>>>>
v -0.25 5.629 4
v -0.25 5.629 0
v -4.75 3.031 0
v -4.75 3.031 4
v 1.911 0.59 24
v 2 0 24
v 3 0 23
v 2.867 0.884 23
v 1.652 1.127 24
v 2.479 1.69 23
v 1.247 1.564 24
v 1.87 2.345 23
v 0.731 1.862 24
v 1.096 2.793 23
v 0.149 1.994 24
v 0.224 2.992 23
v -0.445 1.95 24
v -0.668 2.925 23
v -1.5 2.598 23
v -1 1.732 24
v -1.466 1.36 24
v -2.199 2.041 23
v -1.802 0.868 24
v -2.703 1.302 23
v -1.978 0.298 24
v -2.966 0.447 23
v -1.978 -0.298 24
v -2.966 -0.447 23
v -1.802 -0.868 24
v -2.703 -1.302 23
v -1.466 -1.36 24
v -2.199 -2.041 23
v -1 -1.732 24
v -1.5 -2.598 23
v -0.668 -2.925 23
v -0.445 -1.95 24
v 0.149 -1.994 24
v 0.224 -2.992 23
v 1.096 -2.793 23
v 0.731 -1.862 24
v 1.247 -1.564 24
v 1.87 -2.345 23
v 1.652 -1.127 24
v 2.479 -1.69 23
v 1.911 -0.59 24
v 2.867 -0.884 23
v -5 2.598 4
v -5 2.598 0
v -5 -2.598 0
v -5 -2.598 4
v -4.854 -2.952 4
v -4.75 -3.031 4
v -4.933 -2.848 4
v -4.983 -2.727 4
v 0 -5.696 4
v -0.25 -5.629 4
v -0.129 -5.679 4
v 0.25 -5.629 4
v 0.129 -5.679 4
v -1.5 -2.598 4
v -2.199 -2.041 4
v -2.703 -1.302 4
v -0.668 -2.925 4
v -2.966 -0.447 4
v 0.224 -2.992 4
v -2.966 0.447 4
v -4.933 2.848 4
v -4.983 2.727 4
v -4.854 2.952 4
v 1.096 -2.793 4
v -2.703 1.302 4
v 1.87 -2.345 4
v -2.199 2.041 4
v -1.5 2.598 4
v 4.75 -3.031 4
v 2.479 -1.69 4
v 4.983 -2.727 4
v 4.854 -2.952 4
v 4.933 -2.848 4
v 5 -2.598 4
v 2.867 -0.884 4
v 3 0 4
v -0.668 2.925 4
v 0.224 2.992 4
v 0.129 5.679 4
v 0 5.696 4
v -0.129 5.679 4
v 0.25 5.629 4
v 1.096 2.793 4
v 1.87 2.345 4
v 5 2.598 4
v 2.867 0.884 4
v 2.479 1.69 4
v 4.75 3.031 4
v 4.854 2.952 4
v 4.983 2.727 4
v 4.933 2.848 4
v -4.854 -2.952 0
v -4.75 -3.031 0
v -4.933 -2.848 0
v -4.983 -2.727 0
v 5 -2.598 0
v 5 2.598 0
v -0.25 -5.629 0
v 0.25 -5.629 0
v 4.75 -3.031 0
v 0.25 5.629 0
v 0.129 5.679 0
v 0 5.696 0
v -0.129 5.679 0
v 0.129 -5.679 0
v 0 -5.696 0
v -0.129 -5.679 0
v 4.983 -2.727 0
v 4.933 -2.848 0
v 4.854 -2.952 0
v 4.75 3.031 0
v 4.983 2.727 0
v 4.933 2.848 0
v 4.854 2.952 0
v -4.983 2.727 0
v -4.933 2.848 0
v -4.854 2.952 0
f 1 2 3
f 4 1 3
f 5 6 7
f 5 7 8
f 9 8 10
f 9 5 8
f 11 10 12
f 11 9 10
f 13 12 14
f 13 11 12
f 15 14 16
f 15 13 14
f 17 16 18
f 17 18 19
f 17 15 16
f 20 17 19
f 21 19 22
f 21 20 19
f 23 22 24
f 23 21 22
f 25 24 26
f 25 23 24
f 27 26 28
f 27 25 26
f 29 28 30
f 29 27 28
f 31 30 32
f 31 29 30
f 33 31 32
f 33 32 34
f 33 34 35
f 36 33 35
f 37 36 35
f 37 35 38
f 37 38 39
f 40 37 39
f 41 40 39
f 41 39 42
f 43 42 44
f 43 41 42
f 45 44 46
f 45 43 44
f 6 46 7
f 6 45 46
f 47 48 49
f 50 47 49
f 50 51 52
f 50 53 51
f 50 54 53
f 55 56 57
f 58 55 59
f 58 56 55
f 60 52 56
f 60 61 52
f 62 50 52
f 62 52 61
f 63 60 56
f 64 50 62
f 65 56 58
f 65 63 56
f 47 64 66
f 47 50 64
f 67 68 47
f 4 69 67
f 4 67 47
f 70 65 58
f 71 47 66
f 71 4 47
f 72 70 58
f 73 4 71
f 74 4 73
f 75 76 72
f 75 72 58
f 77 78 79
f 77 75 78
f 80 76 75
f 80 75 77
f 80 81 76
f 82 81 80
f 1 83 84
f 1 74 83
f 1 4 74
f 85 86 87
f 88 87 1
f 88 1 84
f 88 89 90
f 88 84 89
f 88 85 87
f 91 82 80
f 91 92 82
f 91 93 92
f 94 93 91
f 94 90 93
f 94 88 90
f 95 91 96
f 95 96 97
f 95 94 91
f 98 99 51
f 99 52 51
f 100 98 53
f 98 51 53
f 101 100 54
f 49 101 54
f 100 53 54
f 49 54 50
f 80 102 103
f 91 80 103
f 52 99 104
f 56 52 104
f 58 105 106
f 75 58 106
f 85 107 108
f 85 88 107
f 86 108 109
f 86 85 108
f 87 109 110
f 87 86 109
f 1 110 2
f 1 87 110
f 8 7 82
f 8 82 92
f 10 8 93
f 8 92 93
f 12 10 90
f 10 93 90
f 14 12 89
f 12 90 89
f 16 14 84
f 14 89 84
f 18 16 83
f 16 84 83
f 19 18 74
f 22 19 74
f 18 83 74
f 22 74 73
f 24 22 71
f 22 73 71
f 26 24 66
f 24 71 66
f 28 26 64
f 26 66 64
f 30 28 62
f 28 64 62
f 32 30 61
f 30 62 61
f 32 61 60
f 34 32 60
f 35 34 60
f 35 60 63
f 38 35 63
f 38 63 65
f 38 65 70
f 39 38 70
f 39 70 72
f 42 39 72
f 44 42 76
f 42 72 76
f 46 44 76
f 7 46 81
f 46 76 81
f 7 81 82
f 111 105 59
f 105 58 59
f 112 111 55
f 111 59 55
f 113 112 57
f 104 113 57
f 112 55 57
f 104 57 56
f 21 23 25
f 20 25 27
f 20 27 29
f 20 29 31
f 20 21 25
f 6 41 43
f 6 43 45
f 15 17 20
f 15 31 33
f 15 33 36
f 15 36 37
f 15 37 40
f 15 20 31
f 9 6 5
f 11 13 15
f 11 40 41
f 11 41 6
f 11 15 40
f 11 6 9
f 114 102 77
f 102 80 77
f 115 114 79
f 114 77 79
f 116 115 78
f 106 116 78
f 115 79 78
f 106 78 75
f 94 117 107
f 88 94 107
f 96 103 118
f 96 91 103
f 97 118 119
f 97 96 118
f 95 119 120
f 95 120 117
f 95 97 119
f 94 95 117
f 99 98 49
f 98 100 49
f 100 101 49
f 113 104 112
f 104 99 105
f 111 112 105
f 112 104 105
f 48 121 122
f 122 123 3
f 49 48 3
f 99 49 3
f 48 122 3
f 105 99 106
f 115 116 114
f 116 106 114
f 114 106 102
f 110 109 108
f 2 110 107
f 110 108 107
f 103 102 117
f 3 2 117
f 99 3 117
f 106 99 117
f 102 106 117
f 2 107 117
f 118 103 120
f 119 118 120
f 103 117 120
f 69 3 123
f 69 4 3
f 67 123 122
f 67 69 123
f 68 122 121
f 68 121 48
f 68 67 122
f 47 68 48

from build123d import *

# Parameters (mm, degrees)
F1_DEPTH = 4
F2_R     = 3
F3_DEPTH = 20
F4_SIZE  = 1
F5_R     = 0.5


with BuildPart() as f1:
    # F0 (on Top) → F1 (new body)
    with BuildSketch(Plane.XY):
        Polygon((5, -2.886751), (5, 2.886751), (0, 5.773503), (-5, 2.886751), (-5, -2.886751), (0, -5.773503), align=None)
    extrude(amount=F1_DEPTH)

    # F2 (on face) → F3 (join)
    with BuildSketch(Plane.XY.offset(4)):
        Circle(F2_R)
    extrude(amount=F3_DEPTH)

    # F4
    f4_edges = [f1.edges().sort_by_distance(p)[0] for p in [
        (-3, 0, 24),
    ]]
    chamfer(f4_edges, length=F4_SIZE)

    # F5
    f5_edges = [f1.edges().sort_by_distance(p)[0] for p in [
        (0, -5.773503, 2),
        (5, -2.886751, 2),
        (5, 2.886751, 2),
        (-5, -2.886751, 2),
        (0, 5.773503, 2),
        (-5, 2.886751, 2),
    ]]
    fillet(f5_edges, radius=F5_R)


solid = f1.part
<<<<
*PROBLEM TO SOLVE:*
What do the lines above say from the one containing "v -0.668 2.925 23" down to the one containing "v 5 2.598 4"? Return them exactly, both end lines included, and only them.

*TASK RESULT:*
v -0.668 2.925 23
v -1.5 2.598 23
v -1 1.732 24
v -1.466 1.36 24
v -2.199 2.041 23
v -1.802 0.868 24
v -2.703 1.302 23
v -1.978 0.298 24
v -2.966 0.447 23
v -1.978 -0.298 24
v -2.966 -0.447 23
v -1.802 -0.868 24
v -2.703 -1.302 23
v -1.466 -1.36 24
v -2.199 -2.041 23
v -1 -1.732 24
v -1.5 -2.598 23
v -0.668 -2.925 23
v -0.445 -1.95 24
v 0.149 -1.994 24
v 0.224 -2.992 23
v 1.096 -2.793 23
v 0.731 -1.862 24
v 1.247 -1.564 24
v 1.87 -2.345 23
v 1.652 -1.127 24
v 2.479 -1.69 23
v 1.911 -0.59 24
v 2.867 -0.884 23
v -5 2.598 4
v -5 2.598 0
v -5 -2.598 0
v -5 -2.598 4
v -4.854 -2.952 4
v -4.75 -3.031 4
v -4.933 -2.848 4
v -4.983 -2.727 4
v 0 -5.696 4
v -0.25 -5.629 4
v -0.129 -5.679 4
v 0.25 -5.629 4
v 0.129 -5.679 4
v -1.5 -2.598 4
v -2.199 -2.041 4
v -2.703 -1.302 4
v -0.668 -2.925 4
v -2.966 -0.447 4
v 0.224 -2.992 4
v -2.966 0.447 4
v -4.933 2.848 4
v -4.983 2.727 4
v -4.854 2.952 4
v 1.096 -2.793 4
v -2.703 1.302 4
v 1.87 -2.345 4
v -2.199 2.041 4
v -1.5 2.598 4
v 4.75 -3.031 4
v 2.479 -1.69 4
v 4.983 -2.727 4
v 4.854 -2.952 4
v 4.933 -2.848 4
v 5 -2.598 4
v 2.867 -0.884 4
v 3 0 4
v -0.668 2.925 4
v 0.224 2.992 4
v 0.129 5.679 4
v 0 5.696 4
v -0.129 5.679 4
v 0.25 5.629 4
v 1.096 2.793 4
v 1.87 2.345 4
v 5 2.598 4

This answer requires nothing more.